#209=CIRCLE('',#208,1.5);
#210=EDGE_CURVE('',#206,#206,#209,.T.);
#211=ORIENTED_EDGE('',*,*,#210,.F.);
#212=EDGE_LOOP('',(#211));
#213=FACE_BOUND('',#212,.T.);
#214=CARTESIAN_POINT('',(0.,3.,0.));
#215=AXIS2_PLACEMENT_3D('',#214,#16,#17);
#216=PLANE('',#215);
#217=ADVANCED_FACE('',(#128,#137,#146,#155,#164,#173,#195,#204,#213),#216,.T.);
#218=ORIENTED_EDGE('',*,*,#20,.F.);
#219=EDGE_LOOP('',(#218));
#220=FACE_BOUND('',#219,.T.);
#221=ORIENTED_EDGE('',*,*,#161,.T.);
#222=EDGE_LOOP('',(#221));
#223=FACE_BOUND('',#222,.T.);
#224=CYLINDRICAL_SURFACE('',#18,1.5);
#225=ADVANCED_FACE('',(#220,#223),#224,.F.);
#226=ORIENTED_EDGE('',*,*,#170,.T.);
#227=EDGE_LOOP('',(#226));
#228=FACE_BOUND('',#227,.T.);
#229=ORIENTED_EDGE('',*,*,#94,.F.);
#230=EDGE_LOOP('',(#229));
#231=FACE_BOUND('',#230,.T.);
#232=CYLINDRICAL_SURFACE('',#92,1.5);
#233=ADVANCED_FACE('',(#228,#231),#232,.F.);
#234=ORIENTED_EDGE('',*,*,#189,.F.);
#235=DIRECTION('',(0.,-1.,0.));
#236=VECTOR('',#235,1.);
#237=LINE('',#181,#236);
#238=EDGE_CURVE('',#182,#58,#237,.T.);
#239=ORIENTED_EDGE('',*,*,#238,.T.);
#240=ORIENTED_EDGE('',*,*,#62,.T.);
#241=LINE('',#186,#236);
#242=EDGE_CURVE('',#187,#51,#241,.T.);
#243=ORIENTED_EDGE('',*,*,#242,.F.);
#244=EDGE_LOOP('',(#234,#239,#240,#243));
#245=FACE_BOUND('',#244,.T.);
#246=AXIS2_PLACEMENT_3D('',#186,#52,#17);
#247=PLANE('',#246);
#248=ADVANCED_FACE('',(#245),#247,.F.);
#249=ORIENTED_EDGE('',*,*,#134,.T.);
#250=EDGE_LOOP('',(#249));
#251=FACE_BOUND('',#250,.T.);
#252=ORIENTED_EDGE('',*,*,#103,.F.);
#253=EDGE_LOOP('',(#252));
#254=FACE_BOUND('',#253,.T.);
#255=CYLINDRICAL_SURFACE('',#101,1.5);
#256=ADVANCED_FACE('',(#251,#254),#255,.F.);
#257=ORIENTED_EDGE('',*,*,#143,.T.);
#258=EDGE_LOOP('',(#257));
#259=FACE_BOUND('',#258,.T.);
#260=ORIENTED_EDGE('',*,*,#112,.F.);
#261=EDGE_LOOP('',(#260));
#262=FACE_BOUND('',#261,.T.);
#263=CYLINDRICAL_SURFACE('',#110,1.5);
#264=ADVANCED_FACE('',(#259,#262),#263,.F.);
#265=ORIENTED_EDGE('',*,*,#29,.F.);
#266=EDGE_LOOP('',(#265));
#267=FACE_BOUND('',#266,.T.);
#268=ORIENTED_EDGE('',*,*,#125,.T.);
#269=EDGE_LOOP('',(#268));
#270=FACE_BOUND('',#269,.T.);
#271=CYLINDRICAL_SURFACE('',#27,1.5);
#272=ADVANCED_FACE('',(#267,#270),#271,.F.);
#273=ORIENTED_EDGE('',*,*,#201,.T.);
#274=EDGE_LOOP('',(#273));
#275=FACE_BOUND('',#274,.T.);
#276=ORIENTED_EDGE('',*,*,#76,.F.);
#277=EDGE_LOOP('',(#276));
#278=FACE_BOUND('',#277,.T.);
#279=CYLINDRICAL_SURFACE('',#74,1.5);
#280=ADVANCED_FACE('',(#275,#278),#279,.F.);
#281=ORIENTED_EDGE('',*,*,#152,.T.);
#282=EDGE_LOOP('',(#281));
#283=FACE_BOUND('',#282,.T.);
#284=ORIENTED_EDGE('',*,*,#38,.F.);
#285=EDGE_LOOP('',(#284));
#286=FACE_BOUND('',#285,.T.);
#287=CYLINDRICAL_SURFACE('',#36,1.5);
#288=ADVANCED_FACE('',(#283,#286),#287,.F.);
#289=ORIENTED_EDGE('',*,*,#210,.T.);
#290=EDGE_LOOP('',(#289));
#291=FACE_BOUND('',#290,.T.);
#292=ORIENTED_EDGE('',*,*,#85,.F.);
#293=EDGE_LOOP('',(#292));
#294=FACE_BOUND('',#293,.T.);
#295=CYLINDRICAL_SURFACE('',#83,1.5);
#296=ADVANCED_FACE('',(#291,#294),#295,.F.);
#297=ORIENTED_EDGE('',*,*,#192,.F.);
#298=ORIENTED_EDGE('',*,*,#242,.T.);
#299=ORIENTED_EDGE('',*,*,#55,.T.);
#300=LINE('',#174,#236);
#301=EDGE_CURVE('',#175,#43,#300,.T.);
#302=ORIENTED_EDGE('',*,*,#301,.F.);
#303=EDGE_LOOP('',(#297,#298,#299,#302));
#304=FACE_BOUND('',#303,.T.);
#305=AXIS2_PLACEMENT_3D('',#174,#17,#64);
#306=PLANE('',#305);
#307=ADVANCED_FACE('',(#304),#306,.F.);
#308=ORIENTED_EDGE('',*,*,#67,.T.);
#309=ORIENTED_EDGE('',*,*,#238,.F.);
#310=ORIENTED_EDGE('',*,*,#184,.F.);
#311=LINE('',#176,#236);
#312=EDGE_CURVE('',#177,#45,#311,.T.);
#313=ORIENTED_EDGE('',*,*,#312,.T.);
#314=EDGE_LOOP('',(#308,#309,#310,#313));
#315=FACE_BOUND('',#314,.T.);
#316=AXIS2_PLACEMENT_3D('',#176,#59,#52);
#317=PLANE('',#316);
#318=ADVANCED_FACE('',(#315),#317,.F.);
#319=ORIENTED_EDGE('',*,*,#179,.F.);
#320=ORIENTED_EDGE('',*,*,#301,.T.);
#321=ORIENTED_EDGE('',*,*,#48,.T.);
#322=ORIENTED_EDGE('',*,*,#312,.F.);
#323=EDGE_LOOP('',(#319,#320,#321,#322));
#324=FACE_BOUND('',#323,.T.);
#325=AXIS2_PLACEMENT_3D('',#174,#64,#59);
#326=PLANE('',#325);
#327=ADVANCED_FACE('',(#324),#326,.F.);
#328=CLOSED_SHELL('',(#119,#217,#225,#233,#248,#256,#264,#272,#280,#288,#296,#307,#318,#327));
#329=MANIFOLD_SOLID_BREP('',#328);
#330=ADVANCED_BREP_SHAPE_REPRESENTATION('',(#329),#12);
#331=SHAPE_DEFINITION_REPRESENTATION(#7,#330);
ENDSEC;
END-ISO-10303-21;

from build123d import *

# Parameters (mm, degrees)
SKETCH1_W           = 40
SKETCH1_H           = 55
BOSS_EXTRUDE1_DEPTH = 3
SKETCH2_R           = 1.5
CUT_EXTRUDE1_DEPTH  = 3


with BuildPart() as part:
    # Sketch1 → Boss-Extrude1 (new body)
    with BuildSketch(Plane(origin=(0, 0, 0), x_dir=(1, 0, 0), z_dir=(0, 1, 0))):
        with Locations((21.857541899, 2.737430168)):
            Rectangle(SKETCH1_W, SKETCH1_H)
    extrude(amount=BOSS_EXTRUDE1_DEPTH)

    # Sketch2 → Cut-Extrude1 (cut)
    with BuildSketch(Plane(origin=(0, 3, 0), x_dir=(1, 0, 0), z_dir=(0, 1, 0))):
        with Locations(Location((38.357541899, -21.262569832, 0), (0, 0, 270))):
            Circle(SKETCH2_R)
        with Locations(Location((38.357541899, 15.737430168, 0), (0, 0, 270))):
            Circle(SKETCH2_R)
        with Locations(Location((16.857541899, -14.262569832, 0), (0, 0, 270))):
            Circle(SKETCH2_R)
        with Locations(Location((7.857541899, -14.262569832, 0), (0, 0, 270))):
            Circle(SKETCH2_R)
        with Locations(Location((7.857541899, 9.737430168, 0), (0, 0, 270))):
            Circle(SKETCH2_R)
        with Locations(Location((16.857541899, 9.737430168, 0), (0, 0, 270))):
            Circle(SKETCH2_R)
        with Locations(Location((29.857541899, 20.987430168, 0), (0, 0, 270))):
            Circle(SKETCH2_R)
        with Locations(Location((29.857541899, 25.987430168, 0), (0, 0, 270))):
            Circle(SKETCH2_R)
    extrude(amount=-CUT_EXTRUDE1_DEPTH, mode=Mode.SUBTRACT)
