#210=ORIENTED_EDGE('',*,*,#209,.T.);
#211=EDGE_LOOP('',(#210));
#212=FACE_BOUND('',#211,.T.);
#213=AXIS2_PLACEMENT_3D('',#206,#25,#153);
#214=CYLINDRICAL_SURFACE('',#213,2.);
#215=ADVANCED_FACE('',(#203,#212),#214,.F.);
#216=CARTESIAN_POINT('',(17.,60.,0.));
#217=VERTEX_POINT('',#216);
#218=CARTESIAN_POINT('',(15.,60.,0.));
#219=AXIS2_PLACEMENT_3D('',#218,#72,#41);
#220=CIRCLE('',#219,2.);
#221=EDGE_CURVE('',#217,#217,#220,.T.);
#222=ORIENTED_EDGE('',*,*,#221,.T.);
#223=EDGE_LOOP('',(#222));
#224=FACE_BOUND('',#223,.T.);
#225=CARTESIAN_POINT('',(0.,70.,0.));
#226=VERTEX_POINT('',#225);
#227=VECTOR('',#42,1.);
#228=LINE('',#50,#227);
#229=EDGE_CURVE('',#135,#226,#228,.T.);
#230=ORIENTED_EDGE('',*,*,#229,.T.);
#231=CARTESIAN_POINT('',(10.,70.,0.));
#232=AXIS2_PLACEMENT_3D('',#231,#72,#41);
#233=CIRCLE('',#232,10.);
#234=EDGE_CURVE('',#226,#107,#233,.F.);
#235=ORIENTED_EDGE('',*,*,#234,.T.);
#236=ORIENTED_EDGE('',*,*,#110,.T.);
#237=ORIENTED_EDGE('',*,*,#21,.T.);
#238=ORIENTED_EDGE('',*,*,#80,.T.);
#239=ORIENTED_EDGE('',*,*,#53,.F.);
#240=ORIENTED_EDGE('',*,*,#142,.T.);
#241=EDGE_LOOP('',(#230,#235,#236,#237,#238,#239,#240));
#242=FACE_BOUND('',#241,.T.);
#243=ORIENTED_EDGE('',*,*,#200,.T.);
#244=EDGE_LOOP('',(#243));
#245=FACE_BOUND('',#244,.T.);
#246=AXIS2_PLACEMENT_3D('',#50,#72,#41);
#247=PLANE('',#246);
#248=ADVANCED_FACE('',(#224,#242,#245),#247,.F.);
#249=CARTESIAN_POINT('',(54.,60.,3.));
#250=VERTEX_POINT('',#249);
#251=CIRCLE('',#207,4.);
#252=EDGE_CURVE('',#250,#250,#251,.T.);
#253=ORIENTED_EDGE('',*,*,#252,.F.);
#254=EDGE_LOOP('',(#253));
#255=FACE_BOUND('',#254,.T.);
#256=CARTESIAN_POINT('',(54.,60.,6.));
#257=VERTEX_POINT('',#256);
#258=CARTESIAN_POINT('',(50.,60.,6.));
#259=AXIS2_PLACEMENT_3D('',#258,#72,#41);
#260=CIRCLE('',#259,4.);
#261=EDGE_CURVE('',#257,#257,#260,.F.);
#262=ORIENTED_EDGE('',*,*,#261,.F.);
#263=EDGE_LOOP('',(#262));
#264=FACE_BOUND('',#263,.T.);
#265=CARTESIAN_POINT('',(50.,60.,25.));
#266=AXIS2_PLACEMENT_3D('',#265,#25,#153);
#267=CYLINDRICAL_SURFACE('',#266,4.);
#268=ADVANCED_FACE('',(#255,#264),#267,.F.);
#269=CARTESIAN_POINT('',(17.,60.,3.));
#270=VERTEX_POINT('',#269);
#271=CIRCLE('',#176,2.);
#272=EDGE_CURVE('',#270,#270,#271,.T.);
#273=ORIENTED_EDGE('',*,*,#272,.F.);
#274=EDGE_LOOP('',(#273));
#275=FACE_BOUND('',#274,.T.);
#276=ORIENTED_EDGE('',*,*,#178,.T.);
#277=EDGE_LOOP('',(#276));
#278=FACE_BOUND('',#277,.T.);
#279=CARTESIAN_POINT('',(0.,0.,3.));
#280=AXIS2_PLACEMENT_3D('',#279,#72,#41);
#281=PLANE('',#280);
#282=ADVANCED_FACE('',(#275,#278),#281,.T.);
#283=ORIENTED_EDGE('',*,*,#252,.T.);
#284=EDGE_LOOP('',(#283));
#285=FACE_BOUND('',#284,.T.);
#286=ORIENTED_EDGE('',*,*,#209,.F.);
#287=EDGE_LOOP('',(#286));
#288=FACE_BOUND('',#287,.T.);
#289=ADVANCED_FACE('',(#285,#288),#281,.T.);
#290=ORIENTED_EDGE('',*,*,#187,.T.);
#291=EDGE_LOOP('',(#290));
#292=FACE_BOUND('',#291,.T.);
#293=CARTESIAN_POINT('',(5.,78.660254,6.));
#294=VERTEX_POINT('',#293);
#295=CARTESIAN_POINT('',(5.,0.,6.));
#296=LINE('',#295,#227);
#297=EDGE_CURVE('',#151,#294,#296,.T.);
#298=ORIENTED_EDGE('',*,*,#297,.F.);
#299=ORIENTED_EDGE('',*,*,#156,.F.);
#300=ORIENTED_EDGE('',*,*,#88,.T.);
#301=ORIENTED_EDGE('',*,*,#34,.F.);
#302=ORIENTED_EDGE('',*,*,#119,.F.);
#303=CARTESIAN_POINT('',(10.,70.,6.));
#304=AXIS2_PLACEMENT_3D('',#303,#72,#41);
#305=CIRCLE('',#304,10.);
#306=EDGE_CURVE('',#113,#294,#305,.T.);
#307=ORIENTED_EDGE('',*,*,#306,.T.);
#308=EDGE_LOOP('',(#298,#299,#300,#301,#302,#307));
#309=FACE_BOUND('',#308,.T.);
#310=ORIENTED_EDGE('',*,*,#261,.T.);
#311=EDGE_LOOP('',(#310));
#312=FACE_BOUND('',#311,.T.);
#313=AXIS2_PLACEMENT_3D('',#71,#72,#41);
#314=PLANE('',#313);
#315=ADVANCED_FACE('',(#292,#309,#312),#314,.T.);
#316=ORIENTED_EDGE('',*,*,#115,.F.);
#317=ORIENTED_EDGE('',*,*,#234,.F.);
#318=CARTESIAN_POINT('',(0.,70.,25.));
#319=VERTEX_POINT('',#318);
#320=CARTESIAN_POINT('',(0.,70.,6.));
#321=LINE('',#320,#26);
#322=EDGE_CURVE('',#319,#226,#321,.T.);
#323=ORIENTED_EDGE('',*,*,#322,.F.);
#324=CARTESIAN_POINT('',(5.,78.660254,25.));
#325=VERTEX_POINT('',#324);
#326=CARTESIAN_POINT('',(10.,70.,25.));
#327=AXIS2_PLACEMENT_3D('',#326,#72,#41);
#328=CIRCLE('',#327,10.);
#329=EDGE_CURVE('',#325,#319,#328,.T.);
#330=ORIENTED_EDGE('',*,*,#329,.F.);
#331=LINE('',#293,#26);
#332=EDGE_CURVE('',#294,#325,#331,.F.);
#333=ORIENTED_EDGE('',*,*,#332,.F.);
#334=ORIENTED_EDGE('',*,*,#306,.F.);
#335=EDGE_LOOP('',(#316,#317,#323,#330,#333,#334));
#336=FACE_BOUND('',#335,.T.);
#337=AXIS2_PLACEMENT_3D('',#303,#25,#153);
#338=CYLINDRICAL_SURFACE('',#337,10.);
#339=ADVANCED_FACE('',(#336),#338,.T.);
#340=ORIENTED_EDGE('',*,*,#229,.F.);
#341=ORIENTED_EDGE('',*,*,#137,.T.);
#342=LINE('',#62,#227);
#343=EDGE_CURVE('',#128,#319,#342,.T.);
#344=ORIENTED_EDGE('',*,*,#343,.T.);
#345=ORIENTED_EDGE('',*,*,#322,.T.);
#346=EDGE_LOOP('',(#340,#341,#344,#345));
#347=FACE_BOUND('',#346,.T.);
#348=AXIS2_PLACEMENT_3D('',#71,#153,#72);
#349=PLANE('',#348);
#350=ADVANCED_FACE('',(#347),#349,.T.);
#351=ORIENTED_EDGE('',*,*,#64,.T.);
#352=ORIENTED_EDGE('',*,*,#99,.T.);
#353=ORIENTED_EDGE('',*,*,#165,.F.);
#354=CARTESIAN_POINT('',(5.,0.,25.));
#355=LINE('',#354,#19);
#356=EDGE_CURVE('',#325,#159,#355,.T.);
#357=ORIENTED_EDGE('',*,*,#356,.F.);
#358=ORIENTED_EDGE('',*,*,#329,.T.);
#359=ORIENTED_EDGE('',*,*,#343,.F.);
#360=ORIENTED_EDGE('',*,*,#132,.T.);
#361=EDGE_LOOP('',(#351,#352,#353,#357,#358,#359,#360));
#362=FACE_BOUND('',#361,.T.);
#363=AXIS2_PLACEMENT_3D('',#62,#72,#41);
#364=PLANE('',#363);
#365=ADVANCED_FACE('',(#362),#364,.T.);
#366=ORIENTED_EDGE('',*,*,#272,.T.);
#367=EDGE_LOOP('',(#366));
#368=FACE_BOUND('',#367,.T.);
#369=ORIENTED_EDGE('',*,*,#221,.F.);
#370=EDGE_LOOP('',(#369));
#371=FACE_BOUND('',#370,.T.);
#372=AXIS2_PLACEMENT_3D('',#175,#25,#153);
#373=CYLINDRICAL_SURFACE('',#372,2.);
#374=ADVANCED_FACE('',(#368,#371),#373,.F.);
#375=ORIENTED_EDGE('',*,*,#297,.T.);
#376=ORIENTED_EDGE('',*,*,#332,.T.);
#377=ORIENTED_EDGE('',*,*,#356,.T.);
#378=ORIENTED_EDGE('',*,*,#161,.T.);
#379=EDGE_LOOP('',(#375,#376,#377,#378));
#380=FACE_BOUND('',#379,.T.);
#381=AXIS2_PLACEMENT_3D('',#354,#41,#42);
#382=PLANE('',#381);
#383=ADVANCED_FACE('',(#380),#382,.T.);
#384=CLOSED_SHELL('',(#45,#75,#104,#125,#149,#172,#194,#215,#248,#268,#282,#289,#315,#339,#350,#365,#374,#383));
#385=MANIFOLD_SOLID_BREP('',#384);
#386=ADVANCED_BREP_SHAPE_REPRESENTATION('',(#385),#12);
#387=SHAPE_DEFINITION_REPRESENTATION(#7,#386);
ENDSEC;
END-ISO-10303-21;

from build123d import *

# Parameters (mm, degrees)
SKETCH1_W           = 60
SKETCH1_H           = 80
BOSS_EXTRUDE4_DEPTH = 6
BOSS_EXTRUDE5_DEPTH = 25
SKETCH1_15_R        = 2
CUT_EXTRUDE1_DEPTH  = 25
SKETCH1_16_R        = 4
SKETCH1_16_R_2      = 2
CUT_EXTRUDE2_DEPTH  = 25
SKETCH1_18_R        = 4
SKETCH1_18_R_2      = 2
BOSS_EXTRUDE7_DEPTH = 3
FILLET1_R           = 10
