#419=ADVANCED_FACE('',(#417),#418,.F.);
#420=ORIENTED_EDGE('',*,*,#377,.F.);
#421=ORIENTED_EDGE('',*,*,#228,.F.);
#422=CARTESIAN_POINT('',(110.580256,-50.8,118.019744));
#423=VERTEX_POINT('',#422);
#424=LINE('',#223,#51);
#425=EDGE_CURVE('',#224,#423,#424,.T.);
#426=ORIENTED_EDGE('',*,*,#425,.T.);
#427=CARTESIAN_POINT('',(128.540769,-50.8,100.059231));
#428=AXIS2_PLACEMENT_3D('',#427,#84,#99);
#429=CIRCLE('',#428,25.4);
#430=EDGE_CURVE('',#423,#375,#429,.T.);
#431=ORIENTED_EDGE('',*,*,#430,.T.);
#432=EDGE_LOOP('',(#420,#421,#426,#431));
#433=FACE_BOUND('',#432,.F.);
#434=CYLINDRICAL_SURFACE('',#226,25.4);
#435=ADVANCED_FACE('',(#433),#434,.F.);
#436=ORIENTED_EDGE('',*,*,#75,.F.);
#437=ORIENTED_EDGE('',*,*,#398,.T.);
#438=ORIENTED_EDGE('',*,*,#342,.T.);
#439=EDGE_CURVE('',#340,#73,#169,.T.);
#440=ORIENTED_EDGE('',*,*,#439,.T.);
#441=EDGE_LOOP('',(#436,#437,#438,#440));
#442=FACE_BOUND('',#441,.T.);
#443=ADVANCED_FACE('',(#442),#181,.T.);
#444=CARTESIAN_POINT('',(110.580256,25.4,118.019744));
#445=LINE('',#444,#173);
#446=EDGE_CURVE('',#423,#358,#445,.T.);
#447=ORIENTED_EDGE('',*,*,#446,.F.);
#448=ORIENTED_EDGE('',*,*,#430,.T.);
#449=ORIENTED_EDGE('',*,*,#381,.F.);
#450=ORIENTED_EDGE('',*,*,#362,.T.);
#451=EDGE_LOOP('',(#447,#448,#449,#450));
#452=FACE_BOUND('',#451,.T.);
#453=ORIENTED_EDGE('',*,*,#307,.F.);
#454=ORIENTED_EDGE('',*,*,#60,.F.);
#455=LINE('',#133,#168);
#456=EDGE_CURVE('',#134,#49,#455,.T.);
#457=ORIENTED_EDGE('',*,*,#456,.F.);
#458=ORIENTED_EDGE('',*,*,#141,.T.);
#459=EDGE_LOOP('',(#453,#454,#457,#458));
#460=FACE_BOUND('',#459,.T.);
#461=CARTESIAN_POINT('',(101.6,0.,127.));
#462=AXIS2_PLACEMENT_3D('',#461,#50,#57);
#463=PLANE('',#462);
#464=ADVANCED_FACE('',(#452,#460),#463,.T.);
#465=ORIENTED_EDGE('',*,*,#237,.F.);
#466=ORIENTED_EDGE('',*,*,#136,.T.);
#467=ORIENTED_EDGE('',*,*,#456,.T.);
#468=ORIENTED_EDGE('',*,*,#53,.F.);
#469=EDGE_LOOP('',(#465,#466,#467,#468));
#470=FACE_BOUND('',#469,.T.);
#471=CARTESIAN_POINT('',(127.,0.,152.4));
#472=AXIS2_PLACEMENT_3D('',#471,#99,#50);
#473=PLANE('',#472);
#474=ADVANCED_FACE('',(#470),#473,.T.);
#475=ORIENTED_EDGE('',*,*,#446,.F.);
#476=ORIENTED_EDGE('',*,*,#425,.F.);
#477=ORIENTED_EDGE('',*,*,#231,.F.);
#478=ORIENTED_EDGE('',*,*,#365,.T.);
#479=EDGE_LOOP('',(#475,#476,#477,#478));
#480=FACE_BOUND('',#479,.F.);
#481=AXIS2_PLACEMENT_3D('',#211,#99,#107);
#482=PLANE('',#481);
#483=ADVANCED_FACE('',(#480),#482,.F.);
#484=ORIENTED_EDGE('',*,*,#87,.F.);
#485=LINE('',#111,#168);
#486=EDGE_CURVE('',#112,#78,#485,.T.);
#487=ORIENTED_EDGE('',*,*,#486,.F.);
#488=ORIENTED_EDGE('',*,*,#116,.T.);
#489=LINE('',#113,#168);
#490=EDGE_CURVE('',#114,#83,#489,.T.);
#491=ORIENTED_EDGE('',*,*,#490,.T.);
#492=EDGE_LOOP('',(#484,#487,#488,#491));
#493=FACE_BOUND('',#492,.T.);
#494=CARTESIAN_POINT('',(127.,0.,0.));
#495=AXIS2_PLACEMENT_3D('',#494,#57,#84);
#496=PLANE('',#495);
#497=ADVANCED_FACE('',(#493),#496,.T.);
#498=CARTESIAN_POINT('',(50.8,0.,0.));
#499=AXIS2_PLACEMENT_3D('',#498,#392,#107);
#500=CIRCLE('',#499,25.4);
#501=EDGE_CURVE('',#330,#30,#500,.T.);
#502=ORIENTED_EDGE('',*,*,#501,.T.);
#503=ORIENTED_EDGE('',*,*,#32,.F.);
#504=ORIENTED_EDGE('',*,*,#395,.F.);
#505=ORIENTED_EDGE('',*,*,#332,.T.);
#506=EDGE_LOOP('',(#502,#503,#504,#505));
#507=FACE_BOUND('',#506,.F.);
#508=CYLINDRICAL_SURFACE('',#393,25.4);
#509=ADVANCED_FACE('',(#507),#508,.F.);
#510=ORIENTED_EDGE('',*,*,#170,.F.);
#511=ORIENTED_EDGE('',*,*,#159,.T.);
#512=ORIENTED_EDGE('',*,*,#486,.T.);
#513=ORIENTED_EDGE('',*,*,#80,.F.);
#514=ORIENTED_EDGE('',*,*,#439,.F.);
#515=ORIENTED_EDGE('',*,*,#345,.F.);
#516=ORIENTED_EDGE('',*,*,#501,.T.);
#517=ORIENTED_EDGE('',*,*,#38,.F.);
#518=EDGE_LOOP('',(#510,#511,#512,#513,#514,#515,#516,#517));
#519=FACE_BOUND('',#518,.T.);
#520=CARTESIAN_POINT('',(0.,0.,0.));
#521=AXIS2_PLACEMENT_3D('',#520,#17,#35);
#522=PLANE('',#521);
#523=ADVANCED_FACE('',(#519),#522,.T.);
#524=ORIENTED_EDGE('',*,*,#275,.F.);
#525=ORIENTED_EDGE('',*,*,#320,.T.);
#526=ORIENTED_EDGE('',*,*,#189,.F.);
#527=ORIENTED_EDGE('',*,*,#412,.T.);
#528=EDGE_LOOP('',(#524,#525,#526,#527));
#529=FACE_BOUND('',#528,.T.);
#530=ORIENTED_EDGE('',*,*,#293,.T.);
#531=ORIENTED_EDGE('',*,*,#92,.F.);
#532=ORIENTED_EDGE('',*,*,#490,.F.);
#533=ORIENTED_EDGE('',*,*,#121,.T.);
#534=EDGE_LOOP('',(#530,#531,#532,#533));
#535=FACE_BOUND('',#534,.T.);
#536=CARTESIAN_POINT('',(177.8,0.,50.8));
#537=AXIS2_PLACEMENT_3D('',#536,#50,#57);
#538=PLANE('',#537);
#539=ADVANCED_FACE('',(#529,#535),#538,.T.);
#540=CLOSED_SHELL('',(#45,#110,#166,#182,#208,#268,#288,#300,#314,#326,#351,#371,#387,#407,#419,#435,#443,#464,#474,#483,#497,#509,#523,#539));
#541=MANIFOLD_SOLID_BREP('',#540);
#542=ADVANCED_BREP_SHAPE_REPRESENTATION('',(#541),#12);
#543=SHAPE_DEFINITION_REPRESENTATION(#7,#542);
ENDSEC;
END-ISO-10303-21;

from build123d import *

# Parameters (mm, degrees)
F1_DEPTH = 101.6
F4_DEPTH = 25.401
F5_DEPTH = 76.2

THE PROBLEM: In the entries above, find each line with the word "BuildSketch" and copy it.

TASK OUTPUT:
    with BuildSketch(Plane(origin=(0, 0, 0), x_dir=(1, 0, 0), z_dir=(0, 1, 0))):
    with BuildSketch(Plane(origin=(0, 3, 0), x_dir=(1, 0, 0), z_dir=(0, 1, 0))):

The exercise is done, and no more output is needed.